It can be hard to know whether we are always doing the right thing with our money. At the moment, for example, savings accounts are paying really low interest and so you might be thinking that perhaps you should be investing instead. This can be quite a temptation when we hear about the money that some people make. However, it is worth making sure that you have a full understanding of how investments work before you start investing.
What is Investing?
When we invest money, we actually buy something which we hope will increase in price. So, this could be shares in a company, for example and we hope the company will increase in value and therefore their shares will go up in value as well. It might be that we buy some antiques or art which will hope will go up in price. Some people buy a second home and rent it out and hope that when they sell it, it will be worth more money than when they bought it. Often with an investment, the value of the item is prone to going up and down.

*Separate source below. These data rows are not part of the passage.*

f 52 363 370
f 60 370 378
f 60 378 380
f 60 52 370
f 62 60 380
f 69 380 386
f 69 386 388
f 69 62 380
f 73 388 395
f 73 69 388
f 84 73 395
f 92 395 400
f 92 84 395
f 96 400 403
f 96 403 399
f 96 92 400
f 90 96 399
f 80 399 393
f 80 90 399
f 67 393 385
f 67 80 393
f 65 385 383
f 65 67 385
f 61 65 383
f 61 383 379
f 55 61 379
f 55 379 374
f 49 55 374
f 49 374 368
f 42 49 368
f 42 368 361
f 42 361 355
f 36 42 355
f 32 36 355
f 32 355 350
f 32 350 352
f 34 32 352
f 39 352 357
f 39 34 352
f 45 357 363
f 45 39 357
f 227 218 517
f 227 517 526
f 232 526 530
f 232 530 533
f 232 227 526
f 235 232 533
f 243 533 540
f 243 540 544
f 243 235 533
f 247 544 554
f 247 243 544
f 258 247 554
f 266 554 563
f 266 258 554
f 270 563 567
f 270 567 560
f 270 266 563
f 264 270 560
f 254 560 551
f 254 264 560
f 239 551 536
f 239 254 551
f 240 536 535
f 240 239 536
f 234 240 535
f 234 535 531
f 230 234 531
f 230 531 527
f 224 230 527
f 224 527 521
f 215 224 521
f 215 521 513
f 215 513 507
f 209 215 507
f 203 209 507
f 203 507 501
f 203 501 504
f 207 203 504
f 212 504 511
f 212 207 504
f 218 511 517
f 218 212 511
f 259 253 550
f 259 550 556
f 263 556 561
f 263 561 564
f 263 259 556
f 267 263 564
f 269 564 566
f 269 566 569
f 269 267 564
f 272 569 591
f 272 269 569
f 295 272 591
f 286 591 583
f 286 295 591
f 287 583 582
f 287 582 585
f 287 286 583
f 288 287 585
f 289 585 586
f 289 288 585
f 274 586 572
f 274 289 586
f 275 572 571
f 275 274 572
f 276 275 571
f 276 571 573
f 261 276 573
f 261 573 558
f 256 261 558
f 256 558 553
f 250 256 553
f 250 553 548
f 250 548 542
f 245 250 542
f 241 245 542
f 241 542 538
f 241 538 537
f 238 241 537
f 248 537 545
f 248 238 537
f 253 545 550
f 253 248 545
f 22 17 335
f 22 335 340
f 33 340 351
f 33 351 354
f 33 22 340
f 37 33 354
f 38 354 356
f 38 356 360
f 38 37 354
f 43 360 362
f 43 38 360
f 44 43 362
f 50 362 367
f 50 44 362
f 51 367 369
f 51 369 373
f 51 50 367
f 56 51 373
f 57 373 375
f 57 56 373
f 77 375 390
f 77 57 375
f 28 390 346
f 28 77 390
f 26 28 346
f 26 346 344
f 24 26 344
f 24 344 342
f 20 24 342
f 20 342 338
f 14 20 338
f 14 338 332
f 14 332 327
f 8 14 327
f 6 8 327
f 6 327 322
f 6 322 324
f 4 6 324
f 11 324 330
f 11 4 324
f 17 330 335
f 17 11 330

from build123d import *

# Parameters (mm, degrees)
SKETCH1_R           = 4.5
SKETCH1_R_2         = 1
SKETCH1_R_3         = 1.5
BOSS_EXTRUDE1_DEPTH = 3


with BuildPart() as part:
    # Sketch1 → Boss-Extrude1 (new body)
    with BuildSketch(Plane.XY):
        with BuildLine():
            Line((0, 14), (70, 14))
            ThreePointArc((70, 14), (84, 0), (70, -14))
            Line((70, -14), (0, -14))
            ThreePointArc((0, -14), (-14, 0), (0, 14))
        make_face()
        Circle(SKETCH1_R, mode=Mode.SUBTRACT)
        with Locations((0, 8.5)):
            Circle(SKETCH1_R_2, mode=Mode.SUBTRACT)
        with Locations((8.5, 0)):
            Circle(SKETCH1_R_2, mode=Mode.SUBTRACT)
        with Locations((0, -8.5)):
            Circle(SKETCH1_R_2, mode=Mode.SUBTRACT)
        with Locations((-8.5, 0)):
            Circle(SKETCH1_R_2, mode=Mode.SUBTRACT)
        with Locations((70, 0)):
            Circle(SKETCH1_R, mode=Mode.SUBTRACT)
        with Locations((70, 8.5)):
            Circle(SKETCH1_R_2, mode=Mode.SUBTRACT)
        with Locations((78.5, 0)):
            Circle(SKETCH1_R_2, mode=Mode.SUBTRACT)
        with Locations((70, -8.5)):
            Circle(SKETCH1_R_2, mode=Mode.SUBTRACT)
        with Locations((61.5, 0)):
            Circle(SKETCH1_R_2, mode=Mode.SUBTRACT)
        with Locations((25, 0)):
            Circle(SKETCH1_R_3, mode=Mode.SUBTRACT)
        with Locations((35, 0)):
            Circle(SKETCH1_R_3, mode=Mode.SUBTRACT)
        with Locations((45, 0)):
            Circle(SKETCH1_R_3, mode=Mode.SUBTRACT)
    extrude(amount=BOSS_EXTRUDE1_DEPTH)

What are the Advantages Over Saving?
Often the return on an investment is better than saving. For example, it can be possible to get an average of 8-12% a year on some investments but when you have savings you are more likely, at the moment, to get from 0-2% a year. It is obvious then, that there is a big advantage in that you have the capability of making a lot more money when you invest money compared to when you save it.

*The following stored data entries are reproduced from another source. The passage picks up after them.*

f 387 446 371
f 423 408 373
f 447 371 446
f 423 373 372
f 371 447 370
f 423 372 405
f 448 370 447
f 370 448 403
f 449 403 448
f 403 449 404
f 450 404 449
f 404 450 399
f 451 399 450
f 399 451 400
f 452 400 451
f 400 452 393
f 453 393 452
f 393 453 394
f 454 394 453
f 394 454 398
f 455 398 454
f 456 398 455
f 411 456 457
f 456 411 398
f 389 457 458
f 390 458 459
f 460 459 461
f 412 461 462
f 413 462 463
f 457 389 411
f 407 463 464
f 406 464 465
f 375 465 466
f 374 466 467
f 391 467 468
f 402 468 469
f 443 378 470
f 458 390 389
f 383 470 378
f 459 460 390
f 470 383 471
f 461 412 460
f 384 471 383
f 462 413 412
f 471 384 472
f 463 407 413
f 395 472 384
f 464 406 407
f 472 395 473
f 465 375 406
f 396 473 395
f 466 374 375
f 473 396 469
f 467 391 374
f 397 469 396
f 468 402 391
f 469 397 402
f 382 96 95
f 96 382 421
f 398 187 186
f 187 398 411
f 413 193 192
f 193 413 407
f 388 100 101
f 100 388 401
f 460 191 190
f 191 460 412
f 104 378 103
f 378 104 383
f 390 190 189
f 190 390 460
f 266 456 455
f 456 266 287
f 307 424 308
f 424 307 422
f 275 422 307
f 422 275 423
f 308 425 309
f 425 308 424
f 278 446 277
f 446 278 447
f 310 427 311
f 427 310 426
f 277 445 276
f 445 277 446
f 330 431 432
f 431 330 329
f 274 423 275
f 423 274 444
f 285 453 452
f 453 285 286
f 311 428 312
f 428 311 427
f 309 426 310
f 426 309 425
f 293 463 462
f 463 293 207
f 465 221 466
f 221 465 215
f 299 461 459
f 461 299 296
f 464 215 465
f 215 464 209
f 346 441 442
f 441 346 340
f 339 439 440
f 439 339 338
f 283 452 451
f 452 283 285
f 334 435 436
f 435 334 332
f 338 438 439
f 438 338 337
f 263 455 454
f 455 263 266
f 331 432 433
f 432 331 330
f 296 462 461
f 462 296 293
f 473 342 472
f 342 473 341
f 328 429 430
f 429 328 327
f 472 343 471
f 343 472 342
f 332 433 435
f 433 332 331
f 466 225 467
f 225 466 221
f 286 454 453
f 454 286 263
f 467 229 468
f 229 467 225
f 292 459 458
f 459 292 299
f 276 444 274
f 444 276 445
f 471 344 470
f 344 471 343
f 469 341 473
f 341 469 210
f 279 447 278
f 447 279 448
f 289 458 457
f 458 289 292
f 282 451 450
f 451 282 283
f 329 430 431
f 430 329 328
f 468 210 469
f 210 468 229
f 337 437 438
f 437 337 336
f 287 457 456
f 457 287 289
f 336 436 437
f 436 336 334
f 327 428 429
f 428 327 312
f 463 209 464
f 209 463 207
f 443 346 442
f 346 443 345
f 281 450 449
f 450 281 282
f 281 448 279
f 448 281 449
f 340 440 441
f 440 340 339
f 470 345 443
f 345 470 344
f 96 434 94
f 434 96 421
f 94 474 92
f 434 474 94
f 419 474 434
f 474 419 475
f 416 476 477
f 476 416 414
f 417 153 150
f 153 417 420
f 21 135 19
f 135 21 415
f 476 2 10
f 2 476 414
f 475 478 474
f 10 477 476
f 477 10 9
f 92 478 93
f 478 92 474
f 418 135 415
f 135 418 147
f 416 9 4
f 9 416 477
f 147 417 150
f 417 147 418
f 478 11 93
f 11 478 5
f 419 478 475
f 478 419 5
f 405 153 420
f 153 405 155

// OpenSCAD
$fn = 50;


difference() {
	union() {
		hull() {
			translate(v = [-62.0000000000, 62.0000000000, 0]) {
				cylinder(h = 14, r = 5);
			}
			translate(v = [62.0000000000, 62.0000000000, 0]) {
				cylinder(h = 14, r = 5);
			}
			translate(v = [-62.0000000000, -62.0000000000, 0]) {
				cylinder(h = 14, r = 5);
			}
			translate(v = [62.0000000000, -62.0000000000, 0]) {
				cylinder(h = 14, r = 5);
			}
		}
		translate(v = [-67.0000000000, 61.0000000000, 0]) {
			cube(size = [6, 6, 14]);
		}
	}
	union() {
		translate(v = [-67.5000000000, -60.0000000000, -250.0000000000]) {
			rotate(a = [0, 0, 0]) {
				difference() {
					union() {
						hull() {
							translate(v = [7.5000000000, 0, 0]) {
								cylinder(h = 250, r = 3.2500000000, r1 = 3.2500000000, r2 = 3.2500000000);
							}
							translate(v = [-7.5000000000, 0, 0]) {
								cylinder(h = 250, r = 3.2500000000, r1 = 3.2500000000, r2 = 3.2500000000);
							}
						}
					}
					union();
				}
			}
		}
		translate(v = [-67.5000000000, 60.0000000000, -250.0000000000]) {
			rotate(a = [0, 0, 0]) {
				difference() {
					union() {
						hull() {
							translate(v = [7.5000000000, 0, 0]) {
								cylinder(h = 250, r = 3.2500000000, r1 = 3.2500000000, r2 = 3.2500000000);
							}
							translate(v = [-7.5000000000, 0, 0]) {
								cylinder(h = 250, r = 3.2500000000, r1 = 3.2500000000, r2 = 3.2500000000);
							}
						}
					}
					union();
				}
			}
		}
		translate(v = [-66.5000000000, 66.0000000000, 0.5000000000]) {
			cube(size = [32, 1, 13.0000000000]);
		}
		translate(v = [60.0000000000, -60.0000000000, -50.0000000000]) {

What are the Disadvantages Over Saving?
There are a lot of disadvantages to investing, but it is a good idea to think about I in terms of the amount of gain you could possibly make. Firstly, you will normally need quite a lot of money to start with. You cannot buy a house, with a small amount of money or even art or probably even many shares, so if you do not have a lot of money to invest then you may find that it is not an option for you.
There is also the risk that the investment will go down in value. The prices of the things people invest in do fluctuate up and down and so this is not unusual. However, this means that a lot of people will keep their investments for a significant period of time so that know that they are more likely to go up, rather than down in value. This is because over time the small price fluctuations will be filtered out. However, there is still a risk that the value may fall and it will depend on the type of thing that you invest in as to how high that risk it. This means that there are a lot of people that will only invest money that they can afford to lose and will use a financial advisor that can pick them an investment that will suit the risk level that they have. It is worth noting that it is generally the riskier investments that are more likely to pay out more money compared with the lower risk ones that are likely to bring the lower returns. You will need to think about what risk you are prepared to take.
Lastly, you will have to pay capital gains tax when you sell your investment if it has increased in value over a certain amount. You will also have to pay tax on any income you get form the item. Such as rent if you buy a second home or dividends if you have shares, so you will need to consider that as well.